Solving Systems of Equations Through Simultaneous Addition/Subtraction

Example 1. Solve the System
	x - 2y = 4
	3x + y = 5

What I'm starting off with is multiplying the 1st equation by a multiple of the x variable of the second equation in order to eliminate the first variable.

x - 2y = 4 => 3x-6y = 12

The system of equations then becomes

\begin{cases} 3x + y = 5 \\ 3x - 6y = 12 \end{cases}

You then subtract the second equation from the first to get

\begin{cases} 3x + y = 5 \\ - 3x - (+) 6y = - 12 \end{cases}

to get

-7y = 7 => y = -1

You can then substitute this back into the original system of equations to solve for x

\begin{gathered} x - 2y = 4 \\ x = 4 + 2y \\ x = 4 + 2 \times (-1)\\ x = 4 - 2 \\ x = 2 \\ \end{gathered}

The only and final solution to this equation then becomes $(x,y) = (2,1)$

Example 2. Infinitely Many Solutions
	-x + 2y = 2 (1)
	3x - 6y = -6 (2)

Using the same addition/subtraction method as above, you first multiply the eqn.(1) by 3 $-x + 2y = 2 => -3x + 6y = 6$ The System of equations then becomes

\begin{cases} -3x + 6y = 6 \\ 3x - 6y = 6 \end{cases}

On adding the two equations to solve for y, you get $0y = 0$ Which means that there are infinitely many solutions.

In order to get a solution to such equations you can parameterize the equation (Theres more about parameterization later on).
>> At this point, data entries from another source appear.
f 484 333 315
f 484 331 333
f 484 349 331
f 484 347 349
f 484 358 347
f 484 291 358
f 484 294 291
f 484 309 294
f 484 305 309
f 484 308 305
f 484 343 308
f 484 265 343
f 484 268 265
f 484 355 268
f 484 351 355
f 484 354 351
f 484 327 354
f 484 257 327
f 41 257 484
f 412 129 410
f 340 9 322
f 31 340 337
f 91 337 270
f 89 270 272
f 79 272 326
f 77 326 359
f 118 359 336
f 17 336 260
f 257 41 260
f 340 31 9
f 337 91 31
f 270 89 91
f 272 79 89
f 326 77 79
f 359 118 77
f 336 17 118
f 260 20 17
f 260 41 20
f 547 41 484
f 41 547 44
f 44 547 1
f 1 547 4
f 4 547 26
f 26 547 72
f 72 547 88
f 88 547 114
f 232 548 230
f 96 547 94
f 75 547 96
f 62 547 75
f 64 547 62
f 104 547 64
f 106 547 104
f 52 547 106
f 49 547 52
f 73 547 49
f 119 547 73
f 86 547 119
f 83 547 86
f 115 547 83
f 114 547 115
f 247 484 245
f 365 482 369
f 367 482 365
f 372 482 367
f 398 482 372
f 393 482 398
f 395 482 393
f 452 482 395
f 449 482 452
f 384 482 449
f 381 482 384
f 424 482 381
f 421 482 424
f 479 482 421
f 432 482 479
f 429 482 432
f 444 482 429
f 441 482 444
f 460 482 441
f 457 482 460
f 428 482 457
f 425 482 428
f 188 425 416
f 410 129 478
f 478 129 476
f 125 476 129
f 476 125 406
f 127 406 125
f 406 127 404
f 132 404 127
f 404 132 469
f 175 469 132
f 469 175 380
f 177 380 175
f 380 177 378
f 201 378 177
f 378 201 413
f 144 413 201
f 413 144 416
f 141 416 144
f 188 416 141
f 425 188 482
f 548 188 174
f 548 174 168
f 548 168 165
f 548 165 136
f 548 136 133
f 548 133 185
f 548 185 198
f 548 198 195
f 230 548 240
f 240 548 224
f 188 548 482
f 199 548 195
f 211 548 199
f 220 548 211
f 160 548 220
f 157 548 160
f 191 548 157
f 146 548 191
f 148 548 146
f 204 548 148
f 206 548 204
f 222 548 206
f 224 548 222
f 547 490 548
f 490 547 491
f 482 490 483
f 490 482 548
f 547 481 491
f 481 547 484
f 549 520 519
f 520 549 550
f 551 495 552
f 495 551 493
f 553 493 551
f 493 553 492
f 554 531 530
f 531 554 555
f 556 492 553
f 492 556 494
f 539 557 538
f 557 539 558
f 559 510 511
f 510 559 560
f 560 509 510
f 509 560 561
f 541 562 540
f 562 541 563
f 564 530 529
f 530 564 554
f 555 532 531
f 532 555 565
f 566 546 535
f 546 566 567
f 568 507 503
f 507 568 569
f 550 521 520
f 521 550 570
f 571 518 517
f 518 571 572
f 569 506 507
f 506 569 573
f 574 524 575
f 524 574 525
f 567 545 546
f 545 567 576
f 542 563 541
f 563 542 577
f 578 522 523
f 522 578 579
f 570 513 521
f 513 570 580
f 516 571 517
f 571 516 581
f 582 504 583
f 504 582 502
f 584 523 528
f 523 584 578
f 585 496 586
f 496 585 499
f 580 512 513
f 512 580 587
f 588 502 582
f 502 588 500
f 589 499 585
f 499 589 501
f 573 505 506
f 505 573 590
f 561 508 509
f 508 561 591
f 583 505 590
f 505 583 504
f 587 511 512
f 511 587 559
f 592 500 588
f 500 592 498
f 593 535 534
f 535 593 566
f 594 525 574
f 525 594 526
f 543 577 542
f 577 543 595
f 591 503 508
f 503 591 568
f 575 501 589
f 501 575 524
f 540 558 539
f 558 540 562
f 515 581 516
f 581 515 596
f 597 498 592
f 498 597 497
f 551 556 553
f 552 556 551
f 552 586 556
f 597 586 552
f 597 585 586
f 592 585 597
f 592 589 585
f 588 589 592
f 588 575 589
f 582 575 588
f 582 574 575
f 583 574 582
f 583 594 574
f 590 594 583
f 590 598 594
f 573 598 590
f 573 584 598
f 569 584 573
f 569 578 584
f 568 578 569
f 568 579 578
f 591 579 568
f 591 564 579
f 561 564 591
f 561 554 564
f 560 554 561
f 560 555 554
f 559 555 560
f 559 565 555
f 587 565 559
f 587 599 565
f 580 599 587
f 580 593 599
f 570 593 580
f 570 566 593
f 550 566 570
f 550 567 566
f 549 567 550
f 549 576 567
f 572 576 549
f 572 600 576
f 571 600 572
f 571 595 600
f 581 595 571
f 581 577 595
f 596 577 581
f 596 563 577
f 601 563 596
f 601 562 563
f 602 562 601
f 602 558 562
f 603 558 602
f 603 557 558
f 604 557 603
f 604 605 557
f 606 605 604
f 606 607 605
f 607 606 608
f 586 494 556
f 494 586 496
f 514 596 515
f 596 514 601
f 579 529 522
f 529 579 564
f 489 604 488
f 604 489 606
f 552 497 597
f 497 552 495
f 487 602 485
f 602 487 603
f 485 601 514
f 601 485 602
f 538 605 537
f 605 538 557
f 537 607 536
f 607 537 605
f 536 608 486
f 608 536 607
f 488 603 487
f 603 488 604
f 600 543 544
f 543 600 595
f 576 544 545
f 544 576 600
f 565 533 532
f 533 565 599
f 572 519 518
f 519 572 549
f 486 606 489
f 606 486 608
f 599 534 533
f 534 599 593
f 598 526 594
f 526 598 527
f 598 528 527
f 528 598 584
Lets assume $y = t$ , or any number. That way:

\begin{gathered} -x + 2y = 2 \\ x = 2y - 2 \\ x = 2t - 2 \\ \end{gathered}

Therefore the solution to this system of equations is $(x,y) = (2t - 2, t)$

Example 3.No solutions
	2x - y = 4
	2x - y = 5

Lets just start with subtracting the two equations

\begin{cases} 2x - y = 4 \\ - 2x -(+) y = - 5 \end{cases}

You then end up with $0x - 0y = -1$ This system of equations has no solutions.

From these 3 examples we can end up with a set of guiding questions to approach problems: Given a set of equations:

Are there any solutions to this set?
If so, how many?
How can we describe the solutions?
- Algebraically
- Geometrically

Definition: Consistent System

A linear system is consistent if it has at least one solution, otherwise it is called inconsistent.
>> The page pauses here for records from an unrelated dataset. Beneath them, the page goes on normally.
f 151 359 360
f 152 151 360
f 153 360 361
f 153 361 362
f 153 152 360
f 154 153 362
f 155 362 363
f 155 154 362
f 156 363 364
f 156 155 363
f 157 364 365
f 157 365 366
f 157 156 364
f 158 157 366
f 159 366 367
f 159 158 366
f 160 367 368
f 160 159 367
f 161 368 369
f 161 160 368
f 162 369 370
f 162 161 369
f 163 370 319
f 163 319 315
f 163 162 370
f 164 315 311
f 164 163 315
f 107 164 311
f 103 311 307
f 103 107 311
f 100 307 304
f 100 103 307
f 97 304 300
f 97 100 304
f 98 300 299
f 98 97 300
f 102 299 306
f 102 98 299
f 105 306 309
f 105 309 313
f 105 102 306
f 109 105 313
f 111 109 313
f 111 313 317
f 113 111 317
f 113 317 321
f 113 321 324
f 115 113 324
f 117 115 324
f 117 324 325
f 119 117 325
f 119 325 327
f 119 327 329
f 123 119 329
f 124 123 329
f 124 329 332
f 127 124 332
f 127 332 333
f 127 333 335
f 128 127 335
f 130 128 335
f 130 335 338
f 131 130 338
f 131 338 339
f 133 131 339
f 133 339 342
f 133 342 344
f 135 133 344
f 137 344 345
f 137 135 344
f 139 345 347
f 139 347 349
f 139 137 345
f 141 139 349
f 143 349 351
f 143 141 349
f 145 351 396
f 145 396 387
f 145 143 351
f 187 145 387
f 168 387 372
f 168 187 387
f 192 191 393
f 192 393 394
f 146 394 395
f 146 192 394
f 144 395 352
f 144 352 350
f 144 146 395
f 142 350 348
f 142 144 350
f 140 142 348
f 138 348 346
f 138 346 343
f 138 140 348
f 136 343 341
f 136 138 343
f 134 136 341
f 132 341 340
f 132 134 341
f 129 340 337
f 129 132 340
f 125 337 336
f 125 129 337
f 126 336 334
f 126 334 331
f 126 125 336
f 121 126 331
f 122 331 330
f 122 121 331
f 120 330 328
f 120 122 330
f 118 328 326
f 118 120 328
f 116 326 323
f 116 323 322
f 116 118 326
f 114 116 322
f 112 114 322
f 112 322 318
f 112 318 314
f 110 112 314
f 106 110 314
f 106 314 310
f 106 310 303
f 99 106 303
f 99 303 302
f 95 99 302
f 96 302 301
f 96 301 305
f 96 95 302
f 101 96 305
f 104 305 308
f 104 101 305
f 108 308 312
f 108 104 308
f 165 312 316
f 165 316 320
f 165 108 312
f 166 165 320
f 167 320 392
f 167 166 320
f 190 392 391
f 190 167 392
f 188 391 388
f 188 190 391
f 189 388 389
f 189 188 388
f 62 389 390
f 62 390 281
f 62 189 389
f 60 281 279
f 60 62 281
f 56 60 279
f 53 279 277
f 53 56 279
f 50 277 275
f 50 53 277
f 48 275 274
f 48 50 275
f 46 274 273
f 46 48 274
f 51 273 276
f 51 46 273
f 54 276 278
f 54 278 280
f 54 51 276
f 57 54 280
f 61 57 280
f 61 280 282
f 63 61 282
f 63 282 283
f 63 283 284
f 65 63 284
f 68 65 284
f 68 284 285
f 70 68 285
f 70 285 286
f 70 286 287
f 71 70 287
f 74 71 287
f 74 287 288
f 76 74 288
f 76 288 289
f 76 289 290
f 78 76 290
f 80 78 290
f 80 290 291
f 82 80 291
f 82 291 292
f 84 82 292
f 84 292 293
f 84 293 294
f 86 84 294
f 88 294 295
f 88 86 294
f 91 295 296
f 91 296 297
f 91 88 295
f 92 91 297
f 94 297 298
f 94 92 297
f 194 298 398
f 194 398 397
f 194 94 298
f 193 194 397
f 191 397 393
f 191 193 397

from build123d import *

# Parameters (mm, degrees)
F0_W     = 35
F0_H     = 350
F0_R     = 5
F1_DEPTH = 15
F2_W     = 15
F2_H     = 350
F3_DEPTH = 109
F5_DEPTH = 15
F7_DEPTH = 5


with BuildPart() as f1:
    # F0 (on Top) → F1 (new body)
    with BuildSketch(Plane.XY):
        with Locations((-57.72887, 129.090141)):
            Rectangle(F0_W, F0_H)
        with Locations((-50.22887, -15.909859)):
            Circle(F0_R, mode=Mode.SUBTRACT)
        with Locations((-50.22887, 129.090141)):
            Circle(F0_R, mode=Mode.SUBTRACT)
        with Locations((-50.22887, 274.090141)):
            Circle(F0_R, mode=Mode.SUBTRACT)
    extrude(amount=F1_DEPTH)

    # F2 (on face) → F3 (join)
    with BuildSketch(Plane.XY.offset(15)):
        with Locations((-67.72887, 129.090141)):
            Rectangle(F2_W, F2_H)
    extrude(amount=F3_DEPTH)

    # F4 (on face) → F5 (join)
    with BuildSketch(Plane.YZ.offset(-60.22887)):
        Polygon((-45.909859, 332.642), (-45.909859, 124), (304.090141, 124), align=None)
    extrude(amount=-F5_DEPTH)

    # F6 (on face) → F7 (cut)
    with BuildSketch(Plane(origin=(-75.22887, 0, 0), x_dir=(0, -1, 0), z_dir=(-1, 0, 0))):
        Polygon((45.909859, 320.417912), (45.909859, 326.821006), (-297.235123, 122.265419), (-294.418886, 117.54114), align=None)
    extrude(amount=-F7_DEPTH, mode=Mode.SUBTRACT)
Example 4. 3 equations, 3 unknowns
	a + 0b - 3c = -2
	3a + b - 2c = 5
	2a + 2b + c = 4

Step 1. Lets start off by eliminating $a$ in the 2nd and 3rd equation by subtracting a multiple of the 1st equation.
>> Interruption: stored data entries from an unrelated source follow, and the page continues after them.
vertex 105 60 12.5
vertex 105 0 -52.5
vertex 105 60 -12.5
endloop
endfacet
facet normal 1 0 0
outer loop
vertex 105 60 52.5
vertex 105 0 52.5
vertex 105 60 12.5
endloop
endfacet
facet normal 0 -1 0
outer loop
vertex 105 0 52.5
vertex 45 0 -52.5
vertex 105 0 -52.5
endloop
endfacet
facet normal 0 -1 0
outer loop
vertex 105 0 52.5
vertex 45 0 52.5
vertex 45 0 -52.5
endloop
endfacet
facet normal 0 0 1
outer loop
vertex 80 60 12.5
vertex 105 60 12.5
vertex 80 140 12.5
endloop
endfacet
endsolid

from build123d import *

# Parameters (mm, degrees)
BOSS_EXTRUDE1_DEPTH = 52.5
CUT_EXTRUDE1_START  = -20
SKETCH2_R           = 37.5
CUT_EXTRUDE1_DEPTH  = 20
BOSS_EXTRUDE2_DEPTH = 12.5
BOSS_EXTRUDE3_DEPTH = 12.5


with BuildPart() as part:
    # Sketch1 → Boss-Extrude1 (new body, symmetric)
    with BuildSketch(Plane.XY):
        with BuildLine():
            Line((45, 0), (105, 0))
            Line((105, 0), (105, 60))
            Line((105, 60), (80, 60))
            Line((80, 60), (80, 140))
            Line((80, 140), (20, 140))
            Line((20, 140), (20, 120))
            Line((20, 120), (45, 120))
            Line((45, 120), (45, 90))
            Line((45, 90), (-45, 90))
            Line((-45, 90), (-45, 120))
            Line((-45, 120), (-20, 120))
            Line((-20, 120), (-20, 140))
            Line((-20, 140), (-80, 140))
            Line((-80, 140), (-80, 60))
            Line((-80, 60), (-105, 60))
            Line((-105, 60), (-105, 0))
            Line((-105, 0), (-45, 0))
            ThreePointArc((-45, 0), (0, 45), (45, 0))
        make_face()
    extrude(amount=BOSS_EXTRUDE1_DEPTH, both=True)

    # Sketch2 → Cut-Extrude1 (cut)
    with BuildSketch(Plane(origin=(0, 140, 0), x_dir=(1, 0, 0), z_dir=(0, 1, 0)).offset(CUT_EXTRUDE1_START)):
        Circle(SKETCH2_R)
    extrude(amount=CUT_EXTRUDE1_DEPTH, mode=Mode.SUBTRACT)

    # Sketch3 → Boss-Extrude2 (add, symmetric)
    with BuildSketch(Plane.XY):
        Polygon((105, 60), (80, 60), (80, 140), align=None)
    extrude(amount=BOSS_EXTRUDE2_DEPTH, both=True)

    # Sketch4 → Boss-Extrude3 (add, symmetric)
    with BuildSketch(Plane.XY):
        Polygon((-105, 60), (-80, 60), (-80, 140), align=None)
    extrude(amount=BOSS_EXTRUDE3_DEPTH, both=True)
Subtracting the 2nd from the multiple of the first

\begin{gathered} 3a + b -2c = 5 \\ - 3a + 0b -(+) 9c =-(+)6 \\ = 0a + b + 7c = 11 \end{gathered}

Subtracting the 3rd from the multiple of the first

\begin{gathered} 2a + 2b + c = 4 \\ -2a + 0b -(+) 6c = -(+)4 \\ = 0a + 2b + 7c = -8 \end{gathered}

This leaves the system at

\begin{cases} a + 0b - 3c = -2 \\ 0a + b + 7c = 11 \\ 0a + 2b + 7c = -8 \end{cases}

Step 2. Eliminate $b$ in the 3rd equation by subtracting a multiple of the second equation

\begin{gathered} 2b + 7c = 8 \\ -2b +(-)14c = (-)22 \\ -7c = -14 \end{gathered}

This leaves the system at

\begin{cases} a + 0b - 3c = -2 \\ 0a + b + 7c = 11 \\ -7c = -14 \end{cases}

Note: The system at this point is called a triangular system.

Step 3. Solve for all variables.

You can now take $c = 2$ from that last system On substituting $c$ in equation 2

\begin{gathered} b + 7 \times 2 = 11 \\ b = 11 - 14 b = -3 \end{gathered}

Then taking $b$ and $c$ to solve for $a$

\begin{gathered} a + 0 \times (-3) - 3 \times 2 = -2 \\ a - 6 = -2 \\ a = 4 \\ \end{gathered}

Therefore the final solution to this system is $(a,b,c) = (4,-3,2)$

Geometric Representation

Geometrical representation of an equation $ax + by =c$ is a line in the 2D space

The solution to system of such equations is the intersections of the lines. Pasted image 20260328200424.png Geometrical representation of a 2D system of equations ¹

Geometrical representation of $ax + by + cz = d$ is a plane in the 3D space

The solution to a system of such equations is the intersection of all the planes. Pasted image 20260328200744.png Geometrics representation fo a 3D system of equations ¹

Intersection of 3 planes in 1 point.
Intersection of 3 planes at. 1line [Infinitely many solutions].
Parallel panes [no solution].
No solutions [no exact point where all 3 planes intersect].
Intersection of all 3 planes on each other [Infinitely many solutions that form a plane].
No solutions

Question

Suppose we have a system of 2 equations with 3 unknowns. Can such a system have exactly 1 solution?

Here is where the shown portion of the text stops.